/mini-nbody

A simple gravitational N-body simulation in less than 100 lines of C code, with CUDA optimizations.

Primary LanguageCApache License 2.0Apache-2.0

mini-nbody: A simple N-body Code

A simple gravitational N-body simulation in less than 100 lines of C code, with CUDA optimizations.

Benchmarks

There are 5 different benchmarks provided for CUDA and MIC platforms.

  1. nbody-orig : the original, unoptimized simulation (also for CPU)
  2. nbody-soa : Conversion from array of structures (AOS) data layout to structure of arrays (SOA) data layout
  3. nbody-flush : Flush denormals to zero (no code changes, just a command line option)
  4. nbody-block : Cache blocking
  5. nbody-unroll / nbody-align : platform specific final optimizations (loop unrolling in CUDA, and data alignment on MIC)

Files

nbody.c : simple, unoptimized OpenMP C code timer.h : simple cross-OS timing code

Each directory below includes scripts for building and running a "shmoo" of five successive optimizations of the code over a range of data sizes from 1024 to 524,288 bodies.

cuda/ : folder containing CUDA optimized versions of the original C code (in order of performance on Tesla K20c GPU)

  1. nbody-orig.cu : a straight port of the code to CUDA (shmoo-cuda-nbody-orig.sh)
  2. nbody-soa.cu : conversion to structure of arrays (SOA) data layout (shmoo-cuda-nbody-soa.sh)
  3. nbody-soa.cu + ftz : Enable flush denorms to zero (shmoo-cuda-nbody-ftz.sh)
  4. nbody-block.cu : cache blocking in CUDA shared memory (shmoo-cuda-nbody-block.sh)
  5. nbody-unroll.cu : addition of "#pragma unroll" to inner loop (shmoo-cuda-nbody-unroll.sh)

mic/ : folder containing Intel Xeon Phi (MIC) optimized versions of the original C code (in order of performance on Xeon Phi 7110P)

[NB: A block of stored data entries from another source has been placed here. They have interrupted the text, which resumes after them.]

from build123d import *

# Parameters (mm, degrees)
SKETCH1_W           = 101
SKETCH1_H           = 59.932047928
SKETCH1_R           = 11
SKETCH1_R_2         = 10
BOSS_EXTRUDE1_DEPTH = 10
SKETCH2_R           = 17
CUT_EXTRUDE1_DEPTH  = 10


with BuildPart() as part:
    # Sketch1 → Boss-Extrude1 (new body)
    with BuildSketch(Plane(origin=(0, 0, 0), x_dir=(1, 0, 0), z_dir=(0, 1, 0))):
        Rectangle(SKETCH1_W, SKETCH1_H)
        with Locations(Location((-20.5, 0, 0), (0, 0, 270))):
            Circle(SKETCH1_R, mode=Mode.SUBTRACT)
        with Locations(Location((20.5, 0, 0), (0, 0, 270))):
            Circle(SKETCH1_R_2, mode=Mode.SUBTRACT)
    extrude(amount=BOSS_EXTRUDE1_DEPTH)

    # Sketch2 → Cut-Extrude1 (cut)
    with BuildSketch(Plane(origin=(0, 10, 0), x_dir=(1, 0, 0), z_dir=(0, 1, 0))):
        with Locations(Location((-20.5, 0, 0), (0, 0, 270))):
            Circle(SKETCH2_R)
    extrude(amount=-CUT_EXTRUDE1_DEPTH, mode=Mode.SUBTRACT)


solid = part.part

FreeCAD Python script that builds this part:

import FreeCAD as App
import Part
import Sketcher

doc = App.newDocument("Part")
body = doc.addObject("PartDesign::Body", "Body")

# Sketch on XZ plane
sketch1 = body.newObject("Sketcher::SketchObject", "Sketch")
sketch1.AttachmentSupport = (doc.getObject("XZ_Plane"), [""])
sketch1.MapMode = "FlatFace"
sketch1.addGeometry([
    Part.LineSegment(App.Vector(-50.5, -29.966024, 0), App.Vector(-50.5, 29.966024, 0)),  # 0
    Part.LineSegment(App.Vector(-50.5, 29.966024, 0), App.Vector(50.5, 29.966024, 0)),  # 1
    Part.LineSegment(App.Vector(50.5, 29.966024, 0), App.Vector(50.5, -29.966024, 0)),  # 2
    Part.LineSegment(App.Vector(50.5, -29.966024, 0), App.Vector(-50.5, -29.966024, 0)),  # 3
    Part.Circle(App.Vector(-20.5, 0, 0), App.Vector(0, 0, 1), 11),  # 4
    Part.Circle(App.Vector(20.5, 0, 0), App.Vector(0, 0, 1), 10),  # 5
], False)
sketch1.addConstraint([
    Sketcher.Constraint("Coincident", 0, 2, 1, 1),
    Sketcher.Constraint("Coincident", 1, 2, 2, 1),
    Sketcher.Constraint("Coincident", 2, 2, 3, 1),
    Sketcher.Constraint("Coincident", 3, 2, 0, 1),
    Sketcher.Constraint("Vertical", 0),
    Sketcher.Constraint("Horizontal", 1),
    Sketcher.Constraint("Vertical", 2),
    Sketcher.Constraint("Horizontal", 3),
    Sketcher.Constraint("Symmetric", 4, 3, 5, 3, -1, 1),
    Sketcher.Constraint("Symmetric", 0, 2, 2, 2, -1, 1),
    Sketcher.Constraint("PointOnObject", 4, 3, -1),
    Sketcher.Constraint("Diameter", 4, 22.0),
    Sketcher.Constraint("Diameter", 5, 20.0),
    Sketcher.Constraint("DistanceX", 1, 1, 1, 2, 101.0),
    Sketcher.Constraint("DistanceX", 4, 3, 5, 3, 41.0),
    Sketcher.Constraint("DistanceY", 0, 1, 0, 2, 59.932048),
])
pad1 = body.newObject("PartDesign::Pad", "Pad")
pad1.Profile = sketch1
pad1.Length = 10
pad1.Reversed = True

# Sketch on XZ plane
sketch2 = body.newObject("Sketcher::SketchObject", "Sketch001")
sketch2.AttachmentSupport = (doc.getObject("XZ_Plane"), [""])
sketch2.MapMode = "FlatFace"
sketch2.AttachmentOffset = App.Placement(App.Vector(0, 0, -10), App.Rotation())
sketch2.addGeometry(Part.Circle(App.Vector(-20.5, 0, 0), App.Vector(0, 0, 1), 17), False)
sketch2.addConstraint([
    Sketcher.Constraint("PointOnObject", 0, 3, -1),
    Sketcher.Constraint("Diameter", 0, 34.0),
    Sketcher.Constraint("DistanceX", 0, 3, -1, 1, 20.5),
])
pocket1 = body.newObject("PartDesign::Pocket", "Pocket")
pocket1.Profile = sketch2
pocket1.Length = 10
pocket1.Reversed = True

doc.recompute()
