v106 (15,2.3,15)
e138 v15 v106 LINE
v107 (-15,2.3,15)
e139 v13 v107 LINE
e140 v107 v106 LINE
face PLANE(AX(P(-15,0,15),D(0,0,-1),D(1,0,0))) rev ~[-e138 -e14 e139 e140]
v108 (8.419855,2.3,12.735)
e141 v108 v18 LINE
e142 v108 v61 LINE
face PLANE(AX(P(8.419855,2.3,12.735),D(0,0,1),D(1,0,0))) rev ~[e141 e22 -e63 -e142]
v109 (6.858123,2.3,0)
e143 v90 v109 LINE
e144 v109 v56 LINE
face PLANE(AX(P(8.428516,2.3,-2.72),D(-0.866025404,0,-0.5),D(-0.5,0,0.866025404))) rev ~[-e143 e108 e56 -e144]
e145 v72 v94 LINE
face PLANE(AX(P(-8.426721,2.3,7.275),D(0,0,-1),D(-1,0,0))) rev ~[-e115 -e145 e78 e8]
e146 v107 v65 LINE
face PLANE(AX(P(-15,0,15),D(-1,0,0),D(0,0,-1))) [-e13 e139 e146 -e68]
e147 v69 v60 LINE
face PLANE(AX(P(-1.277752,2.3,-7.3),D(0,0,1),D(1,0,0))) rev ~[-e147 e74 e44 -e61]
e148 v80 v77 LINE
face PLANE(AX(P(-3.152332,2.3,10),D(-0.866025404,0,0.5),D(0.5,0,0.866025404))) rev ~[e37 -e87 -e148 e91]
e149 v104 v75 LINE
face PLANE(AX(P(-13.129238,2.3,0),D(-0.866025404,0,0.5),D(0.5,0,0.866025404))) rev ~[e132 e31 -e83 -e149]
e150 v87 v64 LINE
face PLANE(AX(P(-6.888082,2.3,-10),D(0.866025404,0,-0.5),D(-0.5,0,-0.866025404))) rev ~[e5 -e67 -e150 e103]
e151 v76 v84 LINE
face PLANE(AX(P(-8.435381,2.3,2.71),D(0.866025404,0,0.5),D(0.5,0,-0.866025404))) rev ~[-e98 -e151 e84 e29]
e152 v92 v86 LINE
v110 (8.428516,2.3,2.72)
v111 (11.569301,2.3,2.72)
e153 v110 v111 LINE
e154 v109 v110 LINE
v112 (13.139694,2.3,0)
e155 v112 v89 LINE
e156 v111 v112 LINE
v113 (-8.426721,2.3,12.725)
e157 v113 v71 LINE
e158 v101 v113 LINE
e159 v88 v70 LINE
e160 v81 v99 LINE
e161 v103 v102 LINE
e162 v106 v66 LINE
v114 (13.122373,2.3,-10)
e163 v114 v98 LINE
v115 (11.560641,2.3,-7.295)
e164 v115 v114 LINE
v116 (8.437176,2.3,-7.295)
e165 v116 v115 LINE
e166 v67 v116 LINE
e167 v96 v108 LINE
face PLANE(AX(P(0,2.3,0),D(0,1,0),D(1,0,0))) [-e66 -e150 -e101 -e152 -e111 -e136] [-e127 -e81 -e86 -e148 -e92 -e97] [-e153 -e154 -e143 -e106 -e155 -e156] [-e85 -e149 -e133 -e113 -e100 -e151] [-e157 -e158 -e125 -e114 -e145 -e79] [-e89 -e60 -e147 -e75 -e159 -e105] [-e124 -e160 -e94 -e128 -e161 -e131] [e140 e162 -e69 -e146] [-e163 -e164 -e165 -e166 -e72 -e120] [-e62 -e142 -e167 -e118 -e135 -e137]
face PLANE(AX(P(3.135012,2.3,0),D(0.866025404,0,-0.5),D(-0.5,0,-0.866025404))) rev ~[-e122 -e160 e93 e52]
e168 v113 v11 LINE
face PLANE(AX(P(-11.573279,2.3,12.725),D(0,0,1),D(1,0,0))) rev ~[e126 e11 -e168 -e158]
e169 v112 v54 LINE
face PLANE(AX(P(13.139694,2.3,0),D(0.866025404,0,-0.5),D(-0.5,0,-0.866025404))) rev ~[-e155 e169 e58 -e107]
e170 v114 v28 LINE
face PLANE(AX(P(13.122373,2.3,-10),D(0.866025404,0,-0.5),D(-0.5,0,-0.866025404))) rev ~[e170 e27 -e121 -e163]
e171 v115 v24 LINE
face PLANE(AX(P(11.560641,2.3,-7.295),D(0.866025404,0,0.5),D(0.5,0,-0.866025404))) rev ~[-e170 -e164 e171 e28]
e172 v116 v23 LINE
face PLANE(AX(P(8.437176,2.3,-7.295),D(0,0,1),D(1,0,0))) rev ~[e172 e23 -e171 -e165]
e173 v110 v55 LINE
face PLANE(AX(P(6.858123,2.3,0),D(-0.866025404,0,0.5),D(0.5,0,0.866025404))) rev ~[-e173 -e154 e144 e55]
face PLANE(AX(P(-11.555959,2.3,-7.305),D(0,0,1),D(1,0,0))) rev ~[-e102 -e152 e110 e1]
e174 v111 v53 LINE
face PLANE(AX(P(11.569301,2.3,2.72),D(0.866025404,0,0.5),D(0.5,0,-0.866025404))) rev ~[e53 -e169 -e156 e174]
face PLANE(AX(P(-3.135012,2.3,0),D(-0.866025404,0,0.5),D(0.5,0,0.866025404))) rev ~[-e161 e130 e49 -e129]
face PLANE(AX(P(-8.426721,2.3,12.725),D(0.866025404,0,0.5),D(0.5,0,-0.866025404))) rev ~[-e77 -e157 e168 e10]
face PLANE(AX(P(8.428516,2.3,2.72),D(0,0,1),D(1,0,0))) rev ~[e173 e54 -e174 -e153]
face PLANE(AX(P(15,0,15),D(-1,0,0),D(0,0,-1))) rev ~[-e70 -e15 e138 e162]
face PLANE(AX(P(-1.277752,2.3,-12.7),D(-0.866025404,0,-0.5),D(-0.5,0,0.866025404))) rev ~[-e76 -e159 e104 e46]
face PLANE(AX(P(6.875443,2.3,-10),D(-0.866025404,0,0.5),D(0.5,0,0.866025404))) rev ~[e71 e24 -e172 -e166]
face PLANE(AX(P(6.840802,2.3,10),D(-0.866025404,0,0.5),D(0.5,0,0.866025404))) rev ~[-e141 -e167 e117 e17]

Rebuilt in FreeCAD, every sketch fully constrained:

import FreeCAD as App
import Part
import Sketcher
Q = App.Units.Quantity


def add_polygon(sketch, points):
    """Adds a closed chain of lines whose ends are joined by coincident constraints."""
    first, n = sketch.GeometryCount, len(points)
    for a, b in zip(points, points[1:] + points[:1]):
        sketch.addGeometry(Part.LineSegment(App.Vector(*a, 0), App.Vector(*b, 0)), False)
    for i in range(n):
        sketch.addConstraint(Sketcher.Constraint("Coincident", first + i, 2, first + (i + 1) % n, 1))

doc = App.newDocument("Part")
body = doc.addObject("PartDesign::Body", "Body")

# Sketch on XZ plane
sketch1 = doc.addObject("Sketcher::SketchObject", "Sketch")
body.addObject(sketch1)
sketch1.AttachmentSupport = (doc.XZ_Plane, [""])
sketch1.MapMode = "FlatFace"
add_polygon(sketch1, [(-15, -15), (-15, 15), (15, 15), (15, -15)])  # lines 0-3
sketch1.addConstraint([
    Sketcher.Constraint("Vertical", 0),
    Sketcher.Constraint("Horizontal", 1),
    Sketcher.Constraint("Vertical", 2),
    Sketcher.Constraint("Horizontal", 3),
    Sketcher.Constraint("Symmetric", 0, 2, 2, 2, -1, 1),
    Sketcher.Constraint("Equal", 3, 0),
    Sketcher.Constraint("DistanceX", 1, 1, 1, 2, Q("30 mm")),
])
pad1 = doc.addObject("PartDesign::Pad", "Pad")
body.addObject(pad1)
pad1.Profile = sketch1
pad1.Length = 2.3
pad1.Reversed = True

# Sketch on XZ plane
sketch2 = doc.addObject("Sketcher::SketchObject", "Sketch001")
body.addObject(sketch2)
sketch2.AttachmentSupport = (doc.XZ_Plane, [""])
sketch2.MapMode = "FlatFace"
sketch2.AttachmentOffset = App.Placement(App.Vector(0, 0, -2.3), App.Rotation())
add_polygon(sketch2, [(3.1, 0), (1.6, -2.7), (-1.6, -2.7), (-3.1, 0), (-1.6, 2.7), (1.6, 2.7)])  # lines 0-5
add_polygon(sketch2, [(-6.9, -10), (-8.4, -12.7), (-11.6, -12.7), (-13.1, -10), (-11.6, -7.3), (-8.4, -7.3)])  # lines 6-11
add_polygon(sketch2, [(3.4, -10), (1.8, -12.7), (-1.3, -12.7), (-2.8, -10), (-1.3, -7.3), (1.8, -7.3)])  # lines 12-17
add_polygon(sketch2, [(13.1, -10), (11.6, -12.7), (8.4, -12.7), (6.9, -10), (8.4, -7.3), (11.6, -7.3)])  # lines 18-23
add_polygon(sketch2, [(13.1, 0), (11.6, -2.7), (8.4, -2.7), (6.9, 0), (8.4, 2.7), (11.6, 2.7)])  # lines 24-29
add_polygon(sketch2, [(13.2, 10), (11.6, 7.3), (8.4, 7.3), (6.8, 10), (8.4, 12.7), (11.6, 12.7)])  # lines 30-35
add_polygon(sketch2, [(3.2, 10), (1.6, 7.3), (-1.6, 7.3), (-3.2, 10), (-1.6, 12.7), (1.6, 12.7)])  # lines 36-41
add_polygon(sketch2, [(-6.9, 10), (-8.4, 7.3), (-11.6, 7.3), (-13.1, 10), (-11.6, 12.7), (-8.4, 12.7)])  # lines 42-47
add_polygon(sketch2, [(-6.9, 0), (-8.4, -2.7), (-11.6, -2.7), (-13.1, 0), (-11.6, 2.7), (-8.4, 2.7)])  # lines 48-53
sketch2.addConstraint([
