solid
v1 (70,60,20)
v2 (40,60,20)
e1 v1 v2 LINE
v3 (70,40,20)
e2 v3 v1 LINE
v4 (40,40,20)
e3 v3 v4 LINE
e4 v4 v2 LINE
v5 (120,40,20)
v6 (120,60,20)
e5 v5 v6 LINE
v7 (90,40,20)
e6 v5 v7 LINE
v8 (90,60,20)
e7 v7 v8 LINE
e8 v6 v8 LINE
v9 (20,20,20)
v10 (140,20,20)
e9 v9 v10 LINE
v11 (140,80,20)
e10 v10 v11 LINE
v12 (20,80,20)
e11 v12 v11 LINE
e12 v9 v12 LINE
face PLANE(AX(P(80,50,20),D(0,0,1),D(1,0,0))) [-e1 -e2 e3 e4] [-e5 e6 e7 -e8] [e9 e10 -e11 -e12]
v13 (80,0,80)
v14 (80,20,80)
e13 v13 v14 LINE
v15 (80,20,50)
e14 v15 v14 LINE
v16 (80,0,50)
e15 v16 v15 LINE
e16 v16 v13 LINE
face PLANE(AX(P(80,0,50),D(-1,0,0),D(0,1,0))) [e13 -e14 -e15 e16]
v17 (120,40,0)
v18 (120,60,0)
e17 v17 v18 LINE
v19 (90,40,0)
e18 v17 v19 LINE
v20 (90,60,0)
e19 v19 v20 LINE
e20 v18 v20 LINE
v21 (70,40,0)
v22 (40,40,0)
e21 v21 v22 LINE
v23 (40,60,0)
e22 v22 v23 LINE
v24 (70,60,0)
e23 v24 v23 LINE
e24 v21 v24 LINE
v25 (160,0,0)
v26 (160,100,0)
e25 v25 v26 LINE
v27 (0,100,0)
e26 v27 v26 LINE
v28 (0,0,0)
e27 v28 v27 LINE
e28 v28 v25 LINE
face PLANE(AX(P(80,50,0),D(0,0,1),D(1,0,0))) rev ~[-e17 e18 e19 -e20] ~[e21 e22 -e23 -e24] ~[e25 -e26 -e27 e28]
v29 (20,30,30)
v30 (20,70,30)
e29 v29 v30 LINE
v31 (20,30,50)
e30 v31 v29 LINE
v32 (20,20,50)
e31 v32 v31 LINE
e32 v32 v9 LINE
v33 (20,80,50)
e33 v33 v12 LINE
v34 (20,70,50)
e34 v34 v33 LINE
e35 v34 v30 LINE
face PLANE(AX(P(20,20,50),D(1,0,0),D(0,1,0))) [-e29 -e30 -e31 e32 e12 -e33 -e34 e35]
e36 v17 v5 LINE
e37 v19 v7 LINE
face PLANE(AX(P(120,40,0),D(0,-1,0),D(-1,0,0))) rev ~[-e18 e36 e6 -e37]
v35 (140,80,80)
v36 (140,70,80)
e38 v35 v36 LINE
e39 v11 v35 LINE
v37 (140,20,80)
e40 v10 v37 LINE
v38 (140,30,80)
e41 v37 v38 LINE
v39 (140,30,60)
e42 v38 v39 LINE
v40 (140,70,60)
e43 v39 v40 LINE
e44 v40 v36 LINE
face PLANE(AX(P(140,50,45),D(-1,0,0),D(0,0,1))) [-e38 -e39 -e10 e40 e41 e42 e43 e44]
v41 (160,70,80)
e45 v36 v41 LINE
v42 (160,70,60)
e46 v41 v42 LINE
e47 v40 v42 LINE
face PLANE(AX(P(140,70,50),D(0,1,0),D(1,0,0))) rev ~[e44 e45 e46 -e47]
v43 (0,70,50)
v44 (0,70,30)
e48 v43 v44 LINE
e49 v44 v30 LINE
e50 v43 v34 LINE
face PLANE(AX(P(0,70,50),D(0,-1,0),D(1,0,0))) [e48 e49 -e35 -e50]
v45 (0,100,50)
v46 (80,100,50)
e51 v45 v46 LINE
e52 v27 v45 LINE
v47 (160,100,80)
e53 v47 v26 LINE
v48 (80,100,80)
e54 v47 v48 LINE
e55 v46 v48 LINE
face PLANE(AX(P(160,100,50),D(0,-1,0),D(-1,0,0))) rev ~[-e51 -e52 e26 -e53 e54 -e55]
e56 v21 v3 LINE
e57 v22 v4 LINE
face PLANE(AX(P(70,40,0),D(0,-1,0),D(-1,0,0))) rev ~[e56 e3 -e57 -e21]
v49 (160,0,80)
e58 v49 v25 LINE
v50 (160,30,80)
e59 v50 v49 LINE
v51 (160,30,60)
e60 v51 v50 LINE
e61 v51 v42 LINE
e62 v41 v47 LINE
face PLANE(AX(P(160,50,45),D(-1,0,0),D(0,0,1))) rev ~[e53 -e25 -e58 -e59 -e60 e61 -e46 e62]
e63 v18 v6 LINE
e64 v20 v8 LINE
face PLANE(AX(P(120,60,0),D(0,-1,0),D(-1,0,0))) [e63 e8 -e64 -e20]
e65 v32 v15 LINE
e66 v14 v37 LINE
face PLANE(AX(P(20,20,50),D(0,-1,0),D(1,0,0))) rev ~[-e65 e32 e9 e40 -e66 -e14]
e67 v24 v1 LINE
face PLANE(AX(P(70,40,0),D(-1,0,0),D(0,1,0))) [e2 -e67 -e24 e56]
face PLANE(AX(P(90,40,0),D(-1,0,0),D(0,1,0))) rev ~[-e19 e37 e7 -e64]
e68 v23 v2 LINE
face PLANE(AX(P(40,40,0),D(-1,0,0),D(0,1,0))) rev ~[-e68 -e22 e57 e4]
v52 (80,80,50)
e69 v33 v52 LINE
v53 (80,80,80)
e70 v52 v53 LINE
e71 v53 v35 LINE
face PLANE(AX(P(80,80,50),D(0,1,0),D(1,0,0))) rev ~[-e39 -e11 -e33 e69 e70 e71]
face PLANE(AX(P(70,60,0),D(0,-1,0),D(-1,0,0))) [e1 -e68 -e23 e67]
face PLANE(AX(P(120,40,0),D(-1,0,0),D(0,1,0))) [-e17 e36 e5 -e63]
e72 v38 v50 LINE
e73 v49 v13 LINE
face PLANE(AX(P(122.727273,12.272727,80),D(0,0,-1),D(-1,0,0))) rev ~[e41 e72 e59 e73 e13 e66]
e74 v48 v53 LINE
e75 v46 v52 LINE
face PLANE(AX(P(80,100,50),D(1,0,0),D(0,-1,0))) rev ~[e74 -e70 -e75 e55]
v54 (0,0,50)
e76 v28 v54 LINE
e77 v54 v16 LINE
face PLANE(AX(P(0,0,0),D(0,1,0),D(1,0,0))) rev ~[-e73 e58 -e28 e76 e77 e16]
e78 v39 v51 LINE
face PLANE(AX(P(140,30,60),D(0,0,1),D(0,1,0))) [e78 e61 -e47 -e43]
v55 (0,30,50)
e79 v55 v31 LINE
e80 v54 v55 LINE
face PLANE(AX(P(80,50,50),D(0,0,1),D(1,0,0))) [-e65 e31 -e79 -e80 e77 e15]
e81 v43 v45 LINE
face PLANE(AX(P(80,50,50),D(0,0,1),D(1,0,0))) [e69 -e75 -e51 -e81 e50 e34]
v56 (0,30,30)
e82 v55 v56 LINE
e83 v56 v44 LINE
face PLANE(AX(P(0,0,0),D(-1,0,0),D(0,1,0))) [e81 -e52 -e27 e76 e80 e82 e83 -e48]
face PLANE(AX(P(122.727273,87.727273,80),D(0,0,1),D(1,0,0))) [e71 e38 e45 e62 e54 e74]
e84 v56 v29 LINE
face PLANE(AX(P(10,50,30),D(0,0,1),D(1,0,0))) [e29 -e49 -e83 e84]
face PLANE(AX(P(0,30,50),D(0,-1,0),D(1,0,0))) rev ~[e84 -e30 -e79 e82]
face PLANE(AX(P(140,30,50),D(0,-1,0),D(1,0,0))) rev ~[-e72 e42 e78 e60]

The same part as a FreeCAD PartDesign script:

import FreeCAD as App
import Part
import Sketcher

doc = App.newDocument("Part")
body = doc.addObject("PartDesign::Body", "Body")

# Sketch on XY plane
sketch1 = doc.addObject("Sketcher::SketchObject", "Sketch")
body.addObject(sketch1)
sketch1.AttachmentSupport = (doc.XY_Plane, [""])
sketch1.MapMode = "FlatFace"
sketch1.addGeometry([
    Part.LineSegment(App.Vector(0, 100, 0), App.Vector(0, 0, 0)),
    Part.LineSegment(App.Vector(0, 0, 0), App.Vector(160, 0, 0)),
    Part.LineSegment(App.Vector(160, 0, 0), App.Vector(160, 100, 0)),
    Part.LineSegment(App.Vector(160, 100, 0), App.Vector(0, 100, 0)),
], False)
sketch1.addConstraint([
    Sketcher.Constraint("Coincident", 0, 2, 1, 1),
    Sketcher.Constraint("Coincident", 1, 2, 2, 1),
    Sketcher.Constraint("Coincident", 2, 2, 3, 1),
    Sketcher.Constraint("Coincident", 3, 2, 0, 1),
    Sketcher.Constraint("Vertical", 0),
    Sketcher.Constraint("Horizontal", 1),
    Sketcher.Constraint("Vertical", 2),
    Sketcher.Constraint("Horizontal", 3),
    Sketcher.Constraint("Coincident", 0, 2, -1, 1),
    Sketcher.Constraint("DistanceX", 1, 1, 1, 2, 160.0),
    Sketcher.Constraint("DistanceY", 0, 2, 0, 1, 100.0),
])
pad1 = doc.addObject("PartDesign::Pad", "Pad")
body.addObject(pad1)
pad1.Profile = sketch1
pad1.Length = 50

# Sketch on XY plane
sketch2 = doc.addObject("Sketcher::SketchObject", "Sketch001")
body.addObject(sketch2)
sketch2.AttachmentSupport = (doc.XY_Plane, [""])
sketch2.MapMode = "FlatFace"
sketch2.AttachmentOffset = App.Placement(App.Vector(0, 0, 50), App.Rotation())
sketch2.addGeometry([
    Part.LineSegment(App.Vector(0, 70, 0), App.Vector(0, 30, 0)),  # 0
    Part.LineSegment(App.Vector(0, 30, 0), App.Vector(20, 30, 0)),  # 1
    Part.LineSegment(App.Vector(20, 30, 0), App.Vector(20, 70, 0)),  # 2
    Part.LineSegment(App.Vector(20, 70, 0), App.Vector(0, 70, 0)),  # 3
    Part.LineSegment(App.Vector(140, 70, 0), App.Vector(140, 30, 0)),  # 4
    Part.LineSegment(App.Vector(140, 30, 0), App.Vector(160, 30, 0)),  # 5
    Part.LineSegment(App.Vector(160, 30, 0), App.Vector(160, 70, 0)),  # 6
    Part.LineSegment(App.Vector(160, 70, 0), App.Vector(140, 70, 0)),  # 7
], False)
sketch2.addConstraint([
    Sketcher.Constraint("Coincident", 0, 2, 1, 1),
    Sketcher.Constraint("Coincident", 1, 2, 2, 1),
    Sketcher.Constraint("Coincident", 2, 2, 3, 1),
    Sketcher.Constraint("Coincident", 3, 2, 0, 1),
    Sketcher.Constraint("Coincident", 4, 2, 5, 1),
    Sketcher.Constraint("Coincident", 5, 2, 6, 1),
    Sketcher.Constraint("Coincident", 6, 2, 7, 1),
    Sketcher.Constraint("Coincident", 7, 2, 4, 1),
    Sketcher.Constraint("Vertical", 0),
    Sketcher.Constraint("Horizontal", 1),
    Sketcher.Constraint("Vertical", 2),
    Sketcher.Constraint("Horizontal", 3),
    Sketcher.Constraint("Vertical", 4),
    Sketcher.Constraint("Horizontal", 5),
    Sketcher.Constraint("Vertical", 6),
    Sketcher.Constraint("Horizontal", 7),
    Sketcher.Constraint("PointOnObject", 0, 2, -2),
    Sketcher.Constraint("Horizontal", 1, 2, 4, 2),
    Sketcher.Constraint("Horizontal", 3, 2, 6, 2),
    Sketcher.Constraint("Equal", 3, 5),
    Sketcher.Constraint("DistanceX", 1, 1, 1, 2, 20.0),
    Sketcher.Constraint("DistanceY", 0, 2, 0, 1, 40.0),
    Sketcher.Constraint("DistanceY", -1, 1, 0, 2, 30.0),
    Sketcher.Constraint("DistanceX", -1, 1, 4, 2, 140.0),
])
pocket1 = doc.addObject("PartDesign::Pocket", "Pocket")
body.addObject(pocket1)
pocket1.Profile = sketch2
pocket1.Length = 20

  1. ../nbody-orig.cu : original code (shmoo-mic-nbody-orig.sh)
  2. nbody-soa.c : conversion to structure of arrays (SOA) data layout (shmoo-mic-nbody-soa.sh)
  3. nbody-soa.cu + ftz : Enable flush denorms to zero (shmoo-mic-nbody-ftz.sh)
  4. nbody-block.c : cache blocking via loop splitting (shmoo-mic-nbody-block.sh)
  5. nbody-align.c : aligned memory allocation and vector access (shmoo-mic-nbody-align.sh)